Otterdahl should compete both indoors and outdoors next year.

“It sets us up better for next year in the grand scheme of things,” St. Clair said.

Petersen was also a planned redshirt season, as he prepares to try to make the Olympics for Denmark this summer.

For the Big Ten meet,, the men’s team has a roster limit of 34 athletes. Some years it’s hard to decide the lineup, but this time, the selections were pretty obvious.

Luff was one of five Nebraska natives who contributed points for the team title.

While Nebraska still has the NCAA championship meets, what comes later is a bigger challenge to keep winning conference championships when the Big Ten expands with the addition of USC, UCLA, Oregon and Washington. Those are some schools that attract some track talent.

At the recent Pac-12 men’s meet, Washington finished first and USC was second.

Nebraska should still have an advantage in the throwing events. After the Big Ten meet, St. Clair combined the results from the Pac-12 meet with the Big Ten meet and scored the meet.

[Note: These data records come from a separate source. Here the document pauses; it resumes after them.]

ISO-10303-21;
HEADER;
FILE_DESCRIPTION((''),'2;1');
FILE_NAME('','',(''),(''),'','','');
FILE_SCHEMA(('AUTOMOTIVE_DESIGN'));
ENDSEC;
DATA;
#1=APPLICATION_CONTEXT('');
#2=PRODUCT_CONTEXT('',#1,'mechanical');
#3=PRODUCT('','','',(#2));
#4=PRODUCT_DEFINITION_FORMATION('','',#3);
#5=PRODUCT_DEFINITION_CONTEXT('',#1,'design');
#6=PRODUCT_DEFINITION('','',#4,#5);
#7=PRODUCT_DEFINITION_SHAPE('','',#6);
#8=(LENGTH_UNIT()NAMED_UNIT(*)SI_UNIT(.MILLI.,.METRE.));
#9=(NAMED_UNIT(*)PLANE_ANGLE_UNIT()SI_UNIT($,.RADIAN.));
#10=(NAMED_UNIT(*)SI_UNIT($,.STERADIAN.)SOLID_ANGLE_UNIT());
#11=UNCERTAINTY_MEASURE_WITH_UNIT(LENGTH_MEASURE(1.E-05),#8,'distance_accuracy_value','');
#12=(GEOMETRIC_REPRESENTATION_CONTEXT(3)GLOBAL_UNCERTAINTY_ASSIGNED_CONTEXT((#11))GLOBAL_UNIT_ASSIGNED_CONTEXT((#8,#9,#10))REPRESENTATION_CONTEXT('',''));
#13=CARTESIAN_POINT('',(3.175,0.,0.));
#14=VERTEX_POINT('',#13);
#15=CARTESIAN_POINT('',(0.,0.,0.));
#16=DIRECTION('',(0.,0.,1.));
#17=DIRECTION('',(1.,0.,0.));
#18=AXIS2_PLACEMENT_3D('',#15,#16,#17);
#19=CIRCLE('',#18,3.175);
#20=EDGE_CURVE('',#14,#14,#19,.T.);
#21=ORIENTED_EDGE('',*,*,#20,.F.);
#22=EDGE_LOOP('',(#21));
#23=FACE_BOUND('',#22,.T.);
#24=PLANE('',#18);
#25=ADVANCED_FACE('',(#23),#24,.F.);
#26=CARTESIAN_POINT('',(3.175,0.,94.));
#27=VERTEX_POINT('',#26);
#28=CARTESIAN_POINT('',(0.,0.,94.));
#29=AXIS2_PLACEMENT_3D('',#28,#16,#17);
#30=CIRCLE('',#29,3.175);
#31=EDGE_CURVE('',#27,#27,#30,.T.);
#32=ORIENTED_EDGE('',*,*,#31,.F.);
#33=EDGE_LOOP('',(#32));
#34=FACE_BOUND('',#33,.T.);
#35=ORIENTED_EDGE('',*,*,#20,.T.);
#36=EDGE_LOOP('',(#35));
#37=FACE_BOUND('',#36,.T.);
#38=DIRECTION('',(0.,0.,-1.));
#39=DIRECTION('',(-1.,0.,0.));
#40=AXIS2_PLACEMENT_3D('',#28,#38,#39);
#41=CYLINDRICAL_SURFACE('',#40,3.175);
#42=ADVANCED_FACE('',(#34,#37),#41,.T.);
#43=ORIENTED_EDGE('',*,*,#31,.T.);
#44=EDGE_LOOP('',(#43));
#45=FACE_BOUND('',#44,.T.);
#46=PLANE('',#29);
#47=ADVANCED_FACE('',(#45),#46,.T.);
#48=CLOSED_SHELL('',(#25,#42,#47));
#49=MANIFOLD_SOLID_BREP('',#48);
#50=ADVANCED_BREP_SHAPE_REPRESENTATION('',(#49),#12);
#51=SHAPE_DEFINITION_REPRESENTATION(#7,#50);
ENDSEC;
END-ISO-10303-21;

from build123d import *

# Parameters (mm, degrees)
ESBO_O1_R                = 3.175
RESSALTO_EXTRUS_O1_DEPTH = 94


with BuildPart() as part:
    # Esboço1 → Ressalto-extrusão1 (new body)
    with BuildSketch(Plane.XY):
        Circle(ESBO_O1_R)
    extrude(amount=RESSALTO_EXTRUS_O1_DEPTH)


solid = part.part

Nebraska won on paper but by a small margin.

“We just need a little bit more on the track,” St. Clair. “We need to keep utilizing our resources and continue to bring in some talent on the track.”

Nebraska will benefit from the athletes coming back from redshirt years. And they’ll add some athletes from both high school recruiting and transfers.

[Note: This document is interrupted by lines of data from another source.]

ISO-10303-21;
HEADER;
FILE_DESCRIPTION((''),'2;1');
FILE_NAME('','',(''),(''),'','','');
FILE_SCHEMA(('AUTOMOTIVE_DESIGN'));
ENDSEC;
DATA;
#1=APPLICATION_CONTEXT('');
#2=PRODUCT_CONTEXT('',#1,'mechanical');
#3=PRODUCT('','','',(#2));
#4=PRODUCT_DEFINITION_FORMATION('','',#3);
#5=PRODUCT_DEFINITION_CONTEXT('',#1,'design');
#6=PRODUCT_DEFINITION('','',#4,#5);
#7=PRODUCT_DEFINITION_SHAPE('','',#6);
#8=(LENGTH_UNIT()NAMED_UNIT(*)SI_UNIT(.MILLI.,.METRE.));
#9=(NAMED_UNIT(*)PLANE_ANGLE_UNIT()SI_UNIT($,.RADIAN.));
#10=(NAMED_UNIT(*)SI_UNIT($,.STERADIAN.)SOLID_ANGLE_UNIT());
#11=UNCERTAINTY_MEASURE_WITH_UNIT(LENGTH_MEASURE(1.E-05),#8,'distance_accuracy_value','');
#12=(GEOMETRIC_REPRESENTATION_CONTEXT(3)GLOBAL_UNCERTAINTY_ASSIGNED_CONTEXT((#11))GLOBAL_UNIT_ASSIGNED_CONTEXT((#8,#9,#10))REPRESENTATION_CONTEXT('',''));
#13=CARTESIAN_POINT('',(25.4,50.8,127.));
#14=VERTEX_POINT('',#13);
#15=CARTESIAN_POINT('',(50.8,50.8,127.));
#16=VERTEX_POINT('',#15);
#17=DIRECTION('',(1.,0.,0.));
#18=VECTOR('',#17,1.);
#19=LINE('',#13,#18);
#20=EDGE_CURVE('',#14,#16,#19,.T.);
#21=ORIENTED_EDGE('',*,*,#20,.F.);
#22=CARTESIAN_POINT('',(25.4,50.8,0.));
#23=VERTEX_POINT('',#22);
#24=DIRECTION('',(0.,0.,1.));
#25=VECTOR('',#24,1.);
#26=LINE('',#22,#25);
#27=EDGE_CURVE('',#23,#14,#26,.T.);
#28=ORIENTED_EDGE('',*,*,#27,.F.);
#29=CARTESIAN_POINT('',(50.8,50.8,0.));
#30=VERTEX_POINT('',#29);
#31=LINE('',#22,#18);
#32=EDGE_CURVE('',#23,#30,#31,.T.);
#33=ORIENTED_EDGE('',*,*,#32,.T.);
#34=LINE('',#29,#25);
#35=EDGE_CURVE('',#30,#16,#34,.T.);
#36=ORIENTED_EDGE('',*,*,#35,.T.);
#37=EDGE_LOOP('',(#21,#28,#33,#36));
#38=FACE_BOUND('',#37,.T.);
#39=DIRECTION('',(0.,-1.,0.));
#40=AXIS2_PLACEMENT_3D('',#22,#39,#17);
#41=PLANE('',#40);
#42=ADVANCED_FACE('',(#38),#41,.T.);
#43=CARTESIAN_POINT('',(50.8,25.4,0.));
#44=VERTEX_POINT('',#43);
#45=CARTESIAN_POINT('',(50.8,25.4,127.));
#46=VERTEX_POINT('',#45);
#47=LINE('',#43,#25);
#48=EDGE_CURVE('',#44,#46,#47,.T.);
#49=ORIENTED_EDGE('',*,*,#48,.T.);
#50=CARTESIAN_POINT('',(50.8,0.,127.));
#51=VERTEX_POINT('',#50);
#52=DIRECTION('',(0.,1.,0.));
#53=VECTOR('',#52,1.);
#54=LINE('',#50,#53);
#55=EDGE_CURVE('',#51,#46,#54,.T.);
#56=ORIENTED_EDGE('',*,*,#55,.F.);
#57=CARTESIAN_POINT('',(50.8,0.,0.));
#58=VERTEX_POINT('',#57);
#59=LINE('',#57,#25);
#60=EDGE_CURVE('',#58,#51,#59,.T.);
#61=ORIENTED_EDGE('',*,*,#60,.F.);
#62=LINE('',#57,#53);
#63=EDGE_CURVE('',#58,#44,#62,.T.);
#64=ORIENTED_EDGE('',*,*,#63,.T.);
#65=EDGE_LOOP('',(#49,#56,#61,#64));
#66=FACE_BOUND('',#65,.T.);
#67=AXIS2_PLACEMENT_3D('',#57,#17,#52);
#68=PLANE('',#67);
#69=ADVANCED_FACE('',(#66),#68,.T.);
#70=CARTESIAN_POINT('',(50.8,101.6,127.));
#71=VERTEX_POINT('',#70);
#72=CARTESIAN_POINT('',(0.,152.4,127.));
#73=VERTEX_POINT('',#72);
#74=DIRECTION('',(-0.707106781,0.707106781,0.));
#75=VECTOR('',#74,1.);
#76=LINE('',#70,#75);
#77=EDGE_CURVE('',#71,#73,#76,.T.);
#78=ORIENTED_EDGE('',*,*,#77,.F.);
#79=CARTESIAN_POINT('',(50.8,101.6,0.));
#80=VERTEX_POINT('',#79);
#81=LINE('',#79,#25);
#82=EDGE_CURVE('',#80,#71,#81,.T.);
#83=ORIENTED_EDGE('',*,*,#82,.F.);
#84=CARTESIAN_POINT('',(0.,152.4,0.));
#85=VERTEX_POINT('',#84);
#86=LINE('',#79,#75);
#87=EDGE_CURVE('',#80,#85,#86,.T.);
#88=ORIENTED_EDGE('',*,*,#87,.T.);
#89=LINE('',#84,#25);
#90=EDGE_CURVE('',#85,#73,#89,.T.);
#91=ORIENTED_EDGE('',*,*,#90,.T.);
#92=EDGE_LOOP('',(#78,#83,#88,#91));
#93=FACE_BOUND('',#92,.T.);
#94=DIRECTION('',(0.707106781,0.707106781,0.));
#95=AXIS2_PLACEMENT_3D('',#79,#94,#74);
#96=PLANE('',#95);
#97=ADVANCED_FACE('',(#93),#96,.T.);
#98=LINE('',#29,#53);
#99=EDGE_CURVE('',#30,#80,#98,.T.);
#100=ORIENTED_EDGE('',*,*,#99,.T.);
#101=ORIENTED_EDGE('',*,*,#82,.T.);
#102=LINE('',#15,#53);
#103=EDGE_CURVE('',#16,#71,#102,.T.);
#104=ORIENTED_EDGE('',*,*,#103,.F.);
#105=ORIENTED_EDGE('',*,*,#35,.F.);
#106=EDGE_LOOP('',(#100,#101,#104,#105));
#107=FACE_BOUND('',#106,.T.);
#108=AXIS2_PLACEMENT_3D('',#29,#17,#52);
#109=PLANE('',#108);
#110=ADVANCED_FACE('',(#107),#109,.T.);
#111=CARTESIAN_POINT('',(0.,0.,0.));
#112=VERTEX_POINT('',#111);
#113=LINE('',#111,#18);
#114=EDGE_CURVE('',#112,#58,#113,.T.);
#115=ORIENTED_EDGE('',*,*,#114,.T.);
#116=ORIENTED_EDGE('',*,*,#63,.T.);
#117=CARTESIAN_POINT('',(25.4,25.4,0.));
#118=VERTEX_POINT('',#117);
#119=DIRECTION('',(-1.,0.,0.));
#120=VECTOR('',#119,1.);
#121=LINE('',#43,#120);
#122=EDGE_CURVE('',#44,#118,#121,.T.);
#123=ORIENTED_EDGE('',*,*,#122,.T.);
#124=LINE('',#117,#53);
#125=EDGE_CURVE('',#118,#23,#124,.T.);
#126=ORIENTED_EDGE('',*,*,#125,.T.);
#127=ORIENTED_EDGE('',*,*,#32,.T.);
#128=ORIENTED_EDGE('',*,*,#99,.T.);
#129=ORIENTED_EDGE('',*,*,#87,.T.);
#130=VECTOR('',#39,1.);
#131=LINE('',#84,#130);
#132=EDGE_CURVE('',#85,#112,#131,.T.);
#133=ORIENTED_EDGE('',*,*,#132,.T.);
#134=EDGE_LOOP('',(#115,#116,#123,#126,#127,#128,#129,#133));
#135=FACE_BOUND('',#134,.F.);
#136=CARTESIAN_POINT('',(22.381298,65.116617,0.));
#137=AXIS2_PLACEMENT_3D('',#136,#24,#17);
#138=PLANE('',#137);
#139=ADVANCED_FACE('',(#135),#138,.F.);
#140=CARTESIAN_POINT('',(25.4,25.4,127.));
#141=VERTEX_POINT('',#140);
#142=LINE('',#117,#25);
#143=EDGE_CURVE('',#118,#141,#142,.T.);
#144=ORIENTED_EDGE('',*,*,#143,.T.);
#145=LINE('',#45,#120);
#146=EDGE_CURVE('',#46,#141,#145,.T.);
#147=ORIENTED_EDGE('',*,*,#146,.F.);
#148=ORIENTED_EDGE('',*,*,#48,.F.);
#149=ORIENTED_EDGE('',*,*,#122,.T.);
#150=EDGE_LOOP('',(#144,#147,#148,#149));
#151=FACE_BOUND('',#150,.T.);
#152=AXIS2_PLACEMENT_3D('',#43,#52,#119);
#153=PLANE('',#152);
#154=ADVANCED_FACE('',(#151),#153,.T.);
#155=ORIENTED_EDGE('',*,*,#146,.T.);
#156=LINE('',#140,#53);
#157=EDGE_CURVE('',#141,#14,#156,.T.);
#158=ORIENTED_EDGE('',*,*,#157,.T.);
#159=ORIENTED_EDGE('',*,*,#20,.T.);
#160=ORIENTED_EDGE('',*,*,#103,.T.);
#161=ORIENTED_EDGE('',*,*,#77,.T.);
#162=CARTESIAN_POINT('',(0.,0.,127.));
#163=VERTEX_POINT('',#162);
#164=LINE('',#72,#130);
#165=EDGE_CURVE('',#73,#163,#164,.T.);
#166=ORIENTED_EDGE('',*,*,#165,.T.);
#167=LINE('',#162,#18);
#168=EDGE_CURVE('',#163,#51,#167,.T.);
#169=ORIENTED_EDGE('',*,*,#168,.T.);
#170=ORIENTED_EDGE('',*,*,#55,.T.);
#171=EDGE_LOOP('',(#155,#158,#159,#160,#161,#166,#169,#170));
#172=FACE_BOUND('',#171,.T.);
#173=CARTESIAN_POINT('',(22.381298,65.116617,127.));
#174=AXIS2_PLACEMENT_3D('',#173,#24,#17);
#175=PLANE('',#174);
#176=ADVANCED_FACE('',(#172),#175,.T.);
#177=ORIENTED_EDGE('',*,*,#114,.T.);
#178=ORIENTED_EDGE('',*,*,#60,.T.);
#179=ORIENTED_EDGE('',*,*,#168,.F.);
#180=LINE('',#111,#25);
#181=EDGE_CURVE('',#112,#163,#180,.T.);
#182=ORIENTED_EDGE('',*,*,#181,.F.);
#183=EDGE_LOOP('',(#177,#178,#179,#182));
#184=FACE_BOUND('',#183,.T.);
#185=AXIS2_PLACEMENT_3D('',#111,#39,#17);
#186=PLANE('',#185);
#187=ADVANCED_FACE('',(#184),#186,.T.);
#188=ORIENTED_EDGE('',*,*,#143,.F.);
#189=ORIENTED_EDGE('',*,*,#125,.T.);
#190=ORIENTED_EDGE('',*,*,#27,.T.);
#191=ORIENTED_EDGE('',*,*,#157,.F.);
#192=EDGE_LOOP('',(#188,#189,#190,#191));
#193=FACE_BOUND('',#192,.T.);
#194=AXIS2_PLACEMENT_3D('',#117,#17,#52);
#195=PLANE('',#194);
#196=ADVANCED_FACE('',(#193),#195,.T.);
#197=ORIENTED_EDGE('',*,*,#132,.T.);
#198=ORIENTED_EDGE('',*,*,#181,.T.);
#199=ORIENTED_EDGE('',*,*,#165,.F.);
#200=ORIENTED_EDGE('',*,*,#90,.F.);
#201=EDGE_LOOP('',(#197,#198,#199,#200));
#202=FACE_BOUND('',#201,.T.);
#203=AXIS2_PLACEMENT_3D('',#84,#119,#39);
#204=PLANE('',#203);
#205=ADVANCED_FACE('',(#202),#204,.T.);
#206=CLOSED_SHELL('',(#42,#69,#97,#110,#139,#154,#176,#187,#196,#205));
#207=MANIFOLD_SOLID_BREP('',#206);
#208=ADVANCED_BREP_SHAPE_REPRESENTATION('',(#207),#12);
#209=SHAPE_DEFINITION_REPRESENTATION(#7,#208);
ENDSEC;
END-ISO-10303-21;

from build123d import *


with BuildPart() as f2:
    # F2: sweep along a path in F1
    with BuildLine(Plane.YZ) as f2_path:
        Line((0, 0), (0, 127))
    # F0 (on Top) → F2 (sweep)
    with BuildSketch(Plane.XY):
        Polygon((0, 152.4), (0, 0), (50.8, 0), (50.8, 25.4), (25.4, 25.4), (25.4, 50.8), (50.8, 50.8), (50.8, 101.6), align=None)
    sweep(path=f2_path.line)


solid = f2.part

“We have a hurdler from Estonia that’s coming in,” St. Clair said. “We have a distance runner from South Africa that’s coming in. We have several in-state athletes that are middle distance and long distance, and it’s going to be fun to watch them develop. We have a (high school) javelin thrower from Arizona who is coming in. But we’re not done. We still have recruiting to do.”

Two years from now, Nebraska may be in line to host the Big Ten outdoor meet in Lincoln. The Huskers have a new outdoor track near the Devaney Sports Center, but it can only be used for practice as it is still in need of seating and restrooms. New Athletic Director Troy Dannen has completing the track stadium on his list.

“If our facility is not completed, then we cannot host, plain and simple,” St. Clair said. “But it sounds like there is the support for that to take place and interest in that happening. We have a little work to do, but I want to believe that we’re going to be in position to host.”